Я знала, что катастрофа неминуема. И ничего не могла поделать. Сейчас она это скажет… Сейчас…
И Веруся сказала (обращаясь к побелевшему Степашкину):
– Прошлый Санькин начальник был бездушным уродом. Она мне сто раз об этом рассказывала.
– Больше она ничего не рассказывала? – спросил Степашкин, и в голосе его чувствовалась скрытая угроза.
– Больше ничего! – пропищала я.
– Ну почему же, – рассмеялась Веруся, – ты говорила, что, скорее всего, у него проблемы с потенцией, поэтому он такой злющий. И еще говорила…
– Наверное, ты меня с кем-то путаешь, – нервно перебила я, – знаете, что-то у меня горло разболелось. Не хочу мороженого. Пойду домой, чайку выпью.
– Ты что? – расстроилась Верка. – Мы тебя никуда не отпустим, правда ведь, Максик?
– Может быть, человек и правда себя плохо чувствует, – сказал Степашкин, – может быть, ей надо пойти домой, отоспаться.
– Да она уже неделю дома сидит! – воскликнула Вера. – Представляешь, никуда не выходит! Я даже знаю, в чем дело, ее с работы уволили!
Перехватив мой удивленный взгляд, Вера потупилась и, скромно улыбнувшись, объяснила:
– Стены тонкие у нас. Ты так орала по телефону на своего начальника, что все было слышно.
– Верка, но ты живешь на три этажа ниже, чем я! – возмутилась я. – Ты не могла ничего услышать. Если только, как обычно, не ходила подслушивать под мою дверь со стаканом в руках.
На ее уничтожающий взгляд я ответила бодрой вызывающей улыбкой. Пусть теперь на своей шкуре узнает, что чувствует человек, которого без предварительного предупреждения опозорили перед посторонними. Да еще перед какими – перед любимым мужчиной.
– А я знаю, за что уволили Александру, – сказал вдруг Степашкин, – за бесконечные опоздания, прогулы, четыре обеденных перерыва в день, болтовню по телефону с подружками, вранье и лень. И еще она, наверное, случайно вылила на клавиатуру компьютера кофе.
Веруся с готовностью расхохоталась. «Да уж, чего только не сделаешь ради того, чтобы заманить мужика в свои сети, – злобно подумала я, – даже начнешь притворяться, что понимаешь и оцениваешь по достоинству его плоские шутки!»
– Ничего подобного, – вздернув подбородок, отчеканила я, – и если хотите знать, меня не увольняли. Я сама ушла. Потому что мне предложили наконец именно ту работу, которую я заслуживаю.

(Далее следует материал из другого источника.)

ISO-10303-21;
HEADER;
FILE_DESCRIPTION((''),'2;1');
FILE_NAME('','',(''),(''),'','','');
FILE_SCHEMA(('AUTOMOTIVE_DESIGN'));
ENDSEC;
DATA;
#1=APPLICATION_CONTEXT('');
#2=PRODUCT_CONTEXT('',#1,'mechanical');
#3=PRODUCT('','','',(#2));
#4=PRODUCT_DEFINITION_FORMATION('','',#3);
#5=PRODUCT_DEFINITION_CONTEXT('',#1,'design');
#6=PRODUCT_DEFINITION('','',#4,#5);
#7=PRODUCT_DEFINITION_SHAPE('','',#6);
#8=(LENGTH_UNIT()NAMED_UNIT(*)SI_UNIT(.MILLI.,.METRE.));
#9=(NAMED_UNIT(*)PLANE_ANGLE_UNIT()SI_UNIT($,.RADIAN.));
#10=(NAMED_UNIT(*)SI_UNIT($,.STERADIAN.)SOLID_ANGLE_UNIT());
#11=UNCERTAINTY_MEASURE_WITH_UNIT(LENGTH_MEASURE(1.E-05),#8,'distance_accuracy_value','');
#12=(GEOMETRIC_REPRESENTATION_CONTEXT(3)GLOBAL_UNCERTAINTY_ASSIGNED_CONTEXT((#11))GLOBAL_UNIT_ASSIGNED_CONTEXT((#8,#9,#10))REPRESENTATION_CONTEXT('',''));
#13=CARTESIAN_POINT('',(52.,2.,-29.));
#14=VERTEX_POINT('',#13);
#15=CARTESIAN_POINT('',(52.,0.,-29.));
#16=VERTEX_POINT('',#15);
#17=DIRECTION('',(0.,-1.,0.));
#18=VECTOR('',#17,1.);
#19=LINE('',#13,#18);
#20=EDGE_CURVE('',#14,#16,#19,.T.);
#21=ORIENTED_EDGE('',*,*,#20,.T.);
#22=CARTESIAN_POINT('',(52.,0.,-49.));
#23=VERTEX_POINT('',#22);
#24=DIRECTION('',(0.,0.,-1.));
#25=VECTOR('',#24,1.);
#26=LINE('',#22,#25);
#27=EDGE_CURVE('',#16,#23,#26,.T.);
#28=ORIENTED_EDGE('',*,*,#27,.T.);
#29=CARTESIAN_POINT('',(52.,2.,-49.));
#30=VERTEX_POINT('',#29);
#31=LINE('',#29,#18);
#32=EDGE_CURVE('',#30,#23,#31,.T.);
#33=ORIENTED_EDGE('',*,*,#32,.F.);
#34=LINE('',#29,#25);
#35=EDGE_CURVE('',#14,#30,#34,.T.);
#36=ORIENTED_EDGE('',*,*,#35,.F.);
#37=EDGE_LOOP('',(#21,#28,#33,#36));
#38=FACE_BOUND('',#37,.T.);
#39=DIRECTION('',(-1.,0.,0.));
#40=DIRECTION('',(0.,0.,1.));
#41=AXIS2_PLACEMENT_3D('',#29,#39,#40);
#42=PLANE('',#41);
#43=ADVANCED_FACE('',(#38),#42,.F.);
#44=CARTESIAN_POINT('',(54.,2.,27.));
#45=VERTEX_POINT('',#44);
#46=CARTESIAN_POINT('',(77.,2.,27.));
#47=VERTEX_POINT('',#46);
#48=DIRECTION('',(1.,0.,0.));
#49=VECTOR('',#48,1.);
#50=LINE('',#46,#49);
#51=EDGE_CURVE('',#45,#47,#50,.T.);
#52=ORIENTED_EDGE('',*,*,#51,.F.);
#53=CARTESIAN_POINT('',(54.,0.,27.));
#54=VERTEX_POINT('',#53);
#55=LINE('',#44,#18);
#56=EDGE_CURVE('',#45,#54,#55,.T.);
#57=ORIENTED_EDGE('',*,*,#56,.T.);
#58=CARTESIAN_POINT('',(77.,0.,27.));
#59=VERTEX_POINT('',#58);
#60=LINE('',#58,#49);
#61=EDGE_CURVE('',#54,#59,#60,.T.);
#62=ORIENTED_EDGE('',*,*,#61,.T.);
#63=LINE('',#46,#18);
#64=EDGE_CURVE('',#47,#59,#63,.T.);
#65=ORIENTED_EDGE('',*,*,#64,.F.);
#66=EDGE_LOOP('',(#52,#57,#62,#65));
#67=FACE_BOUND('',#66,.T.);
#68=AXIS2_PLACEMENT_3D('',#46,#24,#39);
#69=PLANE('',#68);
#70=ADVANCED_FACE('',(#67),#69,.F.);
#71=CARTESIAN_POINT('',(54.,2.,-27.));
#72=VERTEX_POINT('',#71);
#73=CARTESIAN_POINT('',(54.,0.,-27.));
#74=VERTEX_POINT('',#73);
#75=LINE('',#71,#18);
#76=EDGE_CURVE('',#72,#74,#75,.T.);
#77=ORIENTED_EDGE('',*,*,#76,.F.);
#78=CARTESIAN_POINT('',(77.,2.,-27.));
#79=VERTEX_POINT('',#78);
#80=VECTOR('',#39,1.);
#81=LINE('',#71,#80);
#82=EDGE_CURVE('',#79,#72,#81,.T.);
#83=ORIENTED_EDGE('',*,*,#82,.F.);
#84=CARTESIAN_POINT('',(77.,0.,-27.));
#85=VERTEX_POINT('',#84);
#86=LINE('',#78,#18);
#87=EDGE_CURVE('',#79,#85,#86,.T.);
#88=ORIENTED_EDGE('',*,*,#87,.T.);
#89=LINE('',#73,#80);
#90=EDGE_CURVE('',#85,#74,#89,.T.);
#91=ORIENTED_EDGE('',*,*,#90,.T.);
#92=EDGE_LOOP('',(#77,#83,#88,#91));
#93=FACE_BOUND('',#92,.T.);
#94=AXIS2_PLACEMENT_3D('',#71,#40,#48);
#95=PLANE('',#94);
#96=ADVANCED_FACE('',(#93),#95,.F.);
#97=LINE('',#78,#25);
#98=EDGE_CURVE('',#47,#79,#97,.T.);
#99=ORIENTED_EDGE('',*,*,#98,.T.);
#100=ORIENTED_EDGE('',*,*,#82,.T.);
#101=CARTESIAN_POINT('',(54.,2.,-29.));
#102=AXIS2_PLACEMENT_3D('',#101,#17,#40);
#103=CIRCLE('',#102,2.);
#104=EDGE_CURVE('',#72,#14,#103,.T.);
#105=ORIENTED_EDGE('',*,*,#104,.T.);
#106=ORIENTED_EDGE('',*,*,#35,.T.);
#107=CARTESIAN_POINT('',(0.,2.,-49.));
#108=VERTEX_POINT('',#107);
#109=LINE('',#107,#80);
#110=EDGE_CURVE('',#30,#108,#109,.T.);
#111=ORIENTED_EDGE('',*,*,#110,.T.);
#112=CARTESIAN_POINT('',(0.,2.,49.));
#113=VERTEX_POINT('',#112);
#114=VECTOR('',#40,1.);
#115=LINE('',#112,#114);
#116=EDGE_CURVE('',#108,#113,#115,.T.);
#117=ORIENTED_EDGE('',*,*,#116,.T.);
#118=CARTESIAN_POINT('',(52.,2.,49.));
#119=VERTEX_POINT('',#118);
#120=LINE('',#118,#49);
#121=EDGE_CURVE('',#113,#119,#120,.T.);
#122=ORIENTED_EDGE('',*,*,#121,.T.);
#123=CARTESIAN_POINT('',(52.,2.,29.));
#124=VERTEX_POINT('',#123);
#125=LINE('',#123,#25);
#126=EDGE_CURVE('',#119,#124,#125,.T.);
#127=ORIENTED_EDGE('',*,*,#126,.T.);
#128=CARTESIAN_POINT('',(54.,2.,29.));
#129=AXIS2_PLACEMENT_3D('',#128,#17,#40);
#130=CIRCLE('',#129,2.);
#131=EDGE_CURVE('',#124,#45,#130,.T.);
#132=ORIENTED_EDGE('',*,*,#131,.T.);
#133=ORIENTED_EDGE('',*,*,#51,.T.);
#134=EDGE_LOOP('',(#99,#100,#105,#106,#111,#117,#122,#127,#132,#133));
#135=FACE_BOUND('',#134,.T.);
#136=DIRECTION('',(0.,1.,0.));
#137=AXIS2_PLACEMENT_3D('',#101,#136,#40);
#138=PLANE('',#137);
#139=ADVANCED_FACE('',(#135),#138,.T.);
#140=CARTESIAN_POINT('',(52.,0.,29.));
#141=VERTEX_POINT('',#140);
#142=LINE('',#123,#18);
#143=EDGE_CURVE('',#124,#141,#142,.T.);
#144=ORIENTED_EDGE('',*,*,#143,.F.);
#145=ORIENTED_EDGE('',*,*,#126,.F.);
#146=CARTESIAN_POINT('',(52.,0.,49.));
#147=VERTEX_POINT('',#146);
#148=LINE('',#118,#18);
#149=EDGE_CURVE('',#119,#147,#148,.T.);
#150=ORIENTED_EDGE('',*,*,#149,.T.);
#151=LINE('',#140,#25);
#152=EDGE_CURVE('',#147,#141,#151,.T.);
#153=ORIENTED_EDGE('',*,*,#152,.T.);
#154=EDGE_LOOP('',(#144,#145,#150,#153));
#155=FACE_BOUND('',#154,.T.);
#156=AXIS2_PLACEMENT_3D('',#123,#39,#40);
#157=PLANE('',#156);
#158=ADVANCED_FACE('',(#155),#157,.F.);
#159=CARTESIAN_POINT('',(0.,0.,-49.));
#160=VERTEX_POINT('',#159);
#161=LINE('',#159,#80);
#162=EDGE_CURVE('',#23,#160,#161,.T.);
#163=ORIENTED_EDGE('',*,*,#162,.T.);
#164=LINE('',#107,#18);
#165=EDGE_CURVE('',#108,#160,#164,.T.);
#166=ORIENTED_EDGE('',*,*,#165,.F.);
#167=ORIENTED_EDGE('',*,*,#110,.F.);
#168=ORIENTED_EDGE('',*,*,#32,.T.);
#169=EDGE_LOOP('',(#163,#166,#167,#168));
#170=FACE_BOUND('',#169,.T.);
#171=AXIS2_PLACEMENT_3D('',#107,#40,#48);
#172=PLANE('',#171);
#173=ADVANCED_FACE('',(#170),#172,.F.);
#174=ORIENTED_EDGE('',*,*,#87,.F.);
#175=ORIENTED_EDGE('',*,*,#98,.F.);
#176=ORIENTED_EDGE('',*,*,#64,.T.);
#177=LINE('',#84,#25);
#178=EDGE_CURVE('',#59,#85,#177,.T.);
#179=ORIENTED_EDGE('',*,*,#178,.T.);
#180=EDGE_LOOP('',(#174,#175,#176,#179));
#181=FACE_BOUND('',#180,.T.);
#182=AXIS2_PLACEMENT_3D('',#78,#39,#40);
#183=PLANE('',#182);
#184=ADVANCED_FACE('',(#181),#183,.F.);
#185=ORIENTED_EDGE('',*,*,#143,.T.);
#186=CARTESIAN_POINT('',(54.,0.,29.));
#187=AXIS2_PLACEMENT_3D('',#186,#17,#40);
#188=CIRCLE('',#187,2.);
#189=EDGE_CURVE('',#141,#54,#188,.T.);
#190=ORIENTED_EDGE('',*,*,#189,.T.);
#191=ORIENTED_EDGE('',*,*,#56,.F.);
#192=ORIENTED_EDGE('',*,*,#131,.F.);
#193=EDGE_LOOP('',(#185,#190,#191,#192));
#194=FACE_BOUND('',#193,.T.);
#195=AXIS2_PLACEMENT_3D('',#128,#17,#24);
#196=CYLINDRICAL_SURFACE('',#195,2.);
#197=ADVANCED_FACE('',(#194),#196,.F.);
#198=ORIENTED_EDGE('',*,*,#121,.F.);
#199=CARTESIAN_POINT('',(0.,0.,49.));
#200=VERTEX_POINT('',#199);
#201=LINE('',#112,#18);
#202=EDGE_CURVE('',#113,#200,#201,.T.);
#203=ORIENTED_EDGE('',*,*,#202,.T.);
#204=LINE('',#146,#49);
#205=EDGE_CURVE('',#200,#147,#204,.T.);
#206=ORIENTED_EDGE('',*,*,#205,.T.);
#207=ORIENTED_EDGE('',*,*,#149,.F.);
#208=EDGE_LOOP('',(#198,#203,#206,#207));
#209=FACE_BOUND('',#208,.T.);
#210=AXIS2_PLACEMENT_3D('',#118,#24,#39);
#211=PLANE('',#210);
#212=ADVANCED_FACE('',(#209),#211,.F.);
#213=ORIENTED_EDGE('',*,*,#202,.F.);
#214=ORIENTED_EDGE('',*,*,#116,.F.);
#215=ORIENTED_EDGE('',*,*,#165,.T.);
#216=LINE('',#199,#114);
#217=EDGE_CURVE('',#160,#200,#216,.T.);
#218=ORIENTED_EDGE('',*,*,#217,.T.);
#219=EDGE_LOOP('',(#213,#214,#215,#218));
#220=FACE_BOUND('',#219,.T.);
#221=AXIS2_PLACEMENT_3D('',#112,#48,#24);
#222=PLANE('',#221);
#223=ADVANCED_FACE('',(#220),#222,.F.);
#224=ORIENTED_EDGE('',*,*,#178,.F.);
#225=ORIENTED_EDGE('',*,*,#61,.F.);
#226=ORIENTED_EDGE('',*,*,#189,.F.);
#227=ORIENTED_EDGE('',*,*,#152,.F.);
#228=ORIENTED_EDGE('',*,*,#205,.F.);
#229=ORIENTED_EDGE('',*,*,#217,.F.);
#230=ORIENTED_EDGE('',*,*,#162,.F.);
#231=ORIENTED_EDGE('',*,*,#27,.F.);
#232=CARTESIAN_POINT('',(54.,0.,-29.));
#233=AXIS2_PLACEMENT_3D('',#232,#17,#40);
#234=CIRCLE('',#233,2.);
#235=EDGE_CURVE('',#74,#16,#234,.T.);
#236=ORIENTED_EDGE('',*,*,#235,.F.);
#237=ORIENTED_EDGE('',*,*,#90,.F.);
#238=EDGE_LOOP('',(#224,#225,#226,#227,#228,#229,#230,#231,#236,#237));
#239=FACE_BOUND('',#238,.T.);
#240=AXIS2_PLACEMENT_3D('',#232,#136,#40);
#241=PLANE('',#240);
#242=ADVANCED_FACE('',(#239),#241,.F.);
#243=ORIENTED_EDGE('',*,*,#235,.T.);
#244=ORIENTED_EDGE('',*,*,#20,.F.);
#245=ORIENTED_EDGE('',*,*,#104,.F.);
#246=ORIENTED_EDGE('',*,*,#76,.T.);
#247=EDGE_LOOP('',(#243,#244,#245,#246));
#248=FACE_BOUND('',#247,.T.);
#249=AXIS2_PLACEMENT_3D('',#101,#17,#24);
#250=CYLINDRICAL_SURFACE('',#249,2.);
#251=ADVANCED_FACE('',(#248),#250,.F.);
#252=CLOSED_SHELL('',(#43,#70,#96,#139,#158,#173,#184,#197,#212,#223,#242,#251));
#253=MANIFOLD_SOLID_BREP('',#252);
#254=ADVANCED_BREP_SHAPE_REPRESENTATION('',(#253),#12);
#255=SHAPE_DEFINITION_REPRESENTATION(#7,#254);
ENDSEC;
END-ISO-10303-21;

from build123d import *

# Parameters (mm, degrees)
SALIENTE_EXTRUIR1_DEPTH = 2


with BuildPart() as part:
    # Croquis1 → Saliente-Extruir1 (new body)
    with BuildSketch(Plane(origin=(0, 0, 0), x_dir=(1, 0, 0), z_dir=(0, 1, 0))):
        with BuildLine():
            Line((0, -49), (0, 49))
            Line((0, 49), (52, 49))
            Line((52, 49), (52, 29))
            ThreePointArc((52, 29), (52.585786438, 27.585786438), (54, 27))
            Line((54, 27), (77, 27))
            Line((77, 27), (77, -27))
            Line((77, -27), (54, -27))
            ThreePointArc((54, -27), (52.585786438, -27.585786438), (52, -29))
            Line((52, -29), (52, -49))
            Line((52, -49), (0, -49))
        make_face()
    extrude(amount=SALIENTE_EXTRUIR1_DEPTH)


solid = part.part
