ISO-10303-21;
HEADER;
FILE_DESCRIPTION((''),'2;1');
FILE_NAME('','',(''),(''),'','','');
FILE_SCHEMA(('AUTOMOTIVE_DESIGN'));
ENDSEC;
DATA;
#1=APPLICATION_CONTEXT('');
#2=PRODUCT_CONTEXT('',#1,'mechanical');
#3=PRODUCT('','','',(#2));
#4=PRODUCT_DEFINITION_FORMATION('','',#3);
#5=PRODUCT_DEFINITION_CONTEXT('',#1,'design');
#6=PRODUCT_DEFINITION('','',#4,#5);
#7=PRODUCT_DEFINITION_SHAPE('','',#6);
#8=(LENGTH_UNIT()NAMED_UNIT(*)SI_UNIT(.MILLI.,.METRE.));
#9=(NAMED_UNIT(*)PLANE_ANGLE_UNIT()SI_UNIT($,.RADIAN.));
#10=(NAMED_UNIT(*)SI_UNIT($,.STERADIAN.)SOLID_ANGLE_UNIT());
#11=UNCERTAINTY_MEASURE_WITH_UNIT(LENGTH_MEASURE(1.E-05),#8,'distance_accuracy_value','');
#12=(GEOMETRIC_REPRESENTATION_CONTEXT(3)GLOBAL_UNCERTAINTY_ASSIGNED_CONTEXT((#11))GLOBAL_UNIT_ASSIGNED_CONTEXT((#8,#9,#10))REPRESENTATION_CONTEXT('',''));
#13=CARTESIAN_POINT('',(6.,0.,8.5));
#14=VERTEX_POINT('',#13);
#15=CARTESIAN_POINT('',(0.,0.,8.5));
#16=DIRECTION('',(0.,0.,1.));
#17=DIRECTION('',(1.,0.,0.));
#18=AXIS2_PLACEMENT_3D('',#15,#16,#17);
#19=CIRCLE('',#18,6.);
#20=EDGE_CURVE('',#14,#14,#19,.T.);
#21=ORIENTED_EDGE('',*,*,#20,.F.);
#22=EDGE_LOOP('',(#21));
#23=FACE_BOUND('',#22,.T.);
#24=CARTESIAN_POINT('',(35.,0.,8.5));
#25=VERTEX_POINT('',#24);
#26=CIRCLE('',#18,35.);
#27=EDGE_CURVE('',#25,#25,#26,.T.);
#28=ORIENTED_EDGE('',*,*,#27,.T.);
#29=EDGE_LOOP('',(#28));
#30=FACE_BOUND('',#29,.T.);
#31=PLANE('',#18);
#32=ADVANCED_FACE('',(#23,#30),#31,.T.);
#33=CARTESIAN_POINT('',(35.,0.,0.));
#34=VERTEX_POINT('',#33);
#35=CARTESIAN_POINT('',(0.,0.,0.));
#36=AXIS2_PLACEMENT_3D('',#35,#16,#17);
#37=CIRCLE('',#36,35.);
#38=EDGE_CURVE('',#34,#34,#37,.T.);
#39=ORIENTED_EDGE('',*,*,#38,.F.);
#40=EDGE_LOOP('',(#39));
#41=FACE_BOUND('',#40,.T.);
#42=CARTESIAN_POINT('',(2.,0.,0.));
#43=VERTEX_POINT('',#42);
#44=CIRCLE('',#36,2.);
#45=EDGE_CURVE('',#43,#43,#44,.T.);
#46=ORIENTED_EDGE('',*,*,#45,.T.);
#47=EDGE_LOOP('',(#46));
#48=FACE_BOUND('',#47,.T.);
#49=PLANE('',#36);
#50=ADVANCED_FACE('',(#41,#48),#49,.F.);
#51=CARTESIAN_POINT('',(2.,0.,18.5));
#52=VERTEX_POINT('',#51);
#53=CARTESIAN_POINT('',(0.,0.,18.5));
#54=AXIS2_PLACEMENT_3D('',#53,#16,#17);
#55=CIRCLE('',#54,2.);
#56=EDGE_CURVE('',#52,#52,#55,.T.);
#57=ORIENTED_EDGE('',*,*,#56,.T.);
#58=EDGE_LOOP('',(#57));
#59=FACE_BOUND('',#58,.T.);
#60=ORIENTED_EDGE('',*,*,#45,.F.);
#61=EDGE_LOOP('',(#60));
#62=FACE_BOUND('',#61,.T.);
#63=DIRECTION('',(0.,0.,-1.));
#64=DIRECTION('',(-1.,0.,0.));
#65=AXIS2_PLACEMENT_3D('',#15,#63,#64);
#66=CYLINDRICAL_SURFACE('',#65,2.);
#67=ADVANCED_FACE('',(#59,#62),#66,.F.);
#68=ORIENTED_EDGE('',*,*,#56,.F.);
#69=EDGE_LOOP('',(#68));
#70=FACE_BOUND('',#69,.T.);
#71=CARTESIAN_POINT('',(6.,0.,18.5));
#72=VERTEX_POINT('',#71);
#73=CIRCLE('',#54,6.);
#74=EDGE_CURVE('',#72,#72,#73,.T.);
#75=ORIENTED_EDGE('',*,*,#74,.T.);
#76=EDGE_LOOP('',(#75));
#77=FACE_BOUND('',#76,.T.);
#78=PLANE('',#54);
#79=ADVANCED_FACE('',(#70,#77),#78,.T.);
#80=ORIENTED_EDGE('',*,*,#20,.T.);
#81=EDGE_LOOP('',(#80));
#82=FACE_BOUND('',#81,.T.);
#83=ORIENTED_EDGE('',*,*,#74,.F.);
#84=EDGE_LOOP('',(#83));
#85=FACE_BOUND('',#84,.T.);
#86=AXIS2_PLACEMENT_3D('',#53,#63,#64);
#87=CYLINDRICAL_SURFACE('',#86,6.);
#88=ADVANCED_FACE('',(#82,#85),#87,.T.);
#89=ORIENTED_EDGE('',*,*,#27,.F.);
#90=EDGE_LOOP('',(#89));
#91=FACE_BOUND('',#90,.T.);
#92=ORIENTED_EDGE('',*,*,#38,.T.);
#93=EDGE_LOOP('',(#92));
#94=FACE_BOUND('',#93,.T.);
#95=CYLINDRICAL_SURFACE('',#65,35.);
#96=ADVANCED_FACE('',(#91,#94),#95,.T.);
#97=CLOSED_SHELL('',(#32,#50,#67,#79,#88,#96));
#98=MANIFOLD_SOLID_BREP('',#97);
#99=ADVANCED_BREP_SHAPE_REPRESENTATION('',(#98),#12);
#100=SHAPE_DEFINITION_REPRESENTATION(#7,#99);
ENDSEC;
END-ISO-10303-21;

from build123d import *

# Parameters (mm, degrees)
SKETCH1_R           = 35
SKETCH1_R_2         = 2
BOSS_EXTRUDE1_DEPTH = 8.5
SKETCH2_R           = 6
SKETCH2_R_2         = 2
BOSS_EXTRUDE2_DEPTH = 10


with BuildPart() as part:
    # Sketch1 → Boss-Extrude1 (new body)
    with BuildSketch(Plane.XY):
        Circle(SKETCH1_R)
        Circle(SKETCH1_R_2, mode=Mode.SUBTRACT)
    extrude(amount=BOSS_EXTRUDE1_DEPTH)

    # Sketch2 → Boss-Extrude2 (add)
    with BuildSketch(Plane.XY.offset(8.5)):
        Circle(SKETCH2_R)
        Circle(SKETCH2_R_2, mode=Mode.SUBTRACT)
    extrude(amount=BOSS_EXTRUDE2_DEPTH)


solid = part.part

Не люблю врать по мелочам, но эти двое меня достали. Какая это радость – увидеть, как у Степашкина вытягивается лицо. Правда, он быстро сумел взять себя в руки и даже выдавил блеклую улыбку.
– И где же теперь вы будете работать, Александра? – елейным тоном спросил он. – Поделитесь, мне не терпится разделить вашу радость.
– Секрет фирмы, – улыбаясь уже чуть менее триумфально, ответила я.
– Ясно, я так и думал, что ничего у вас не получилось, – с довольным видом заключил Степашкин.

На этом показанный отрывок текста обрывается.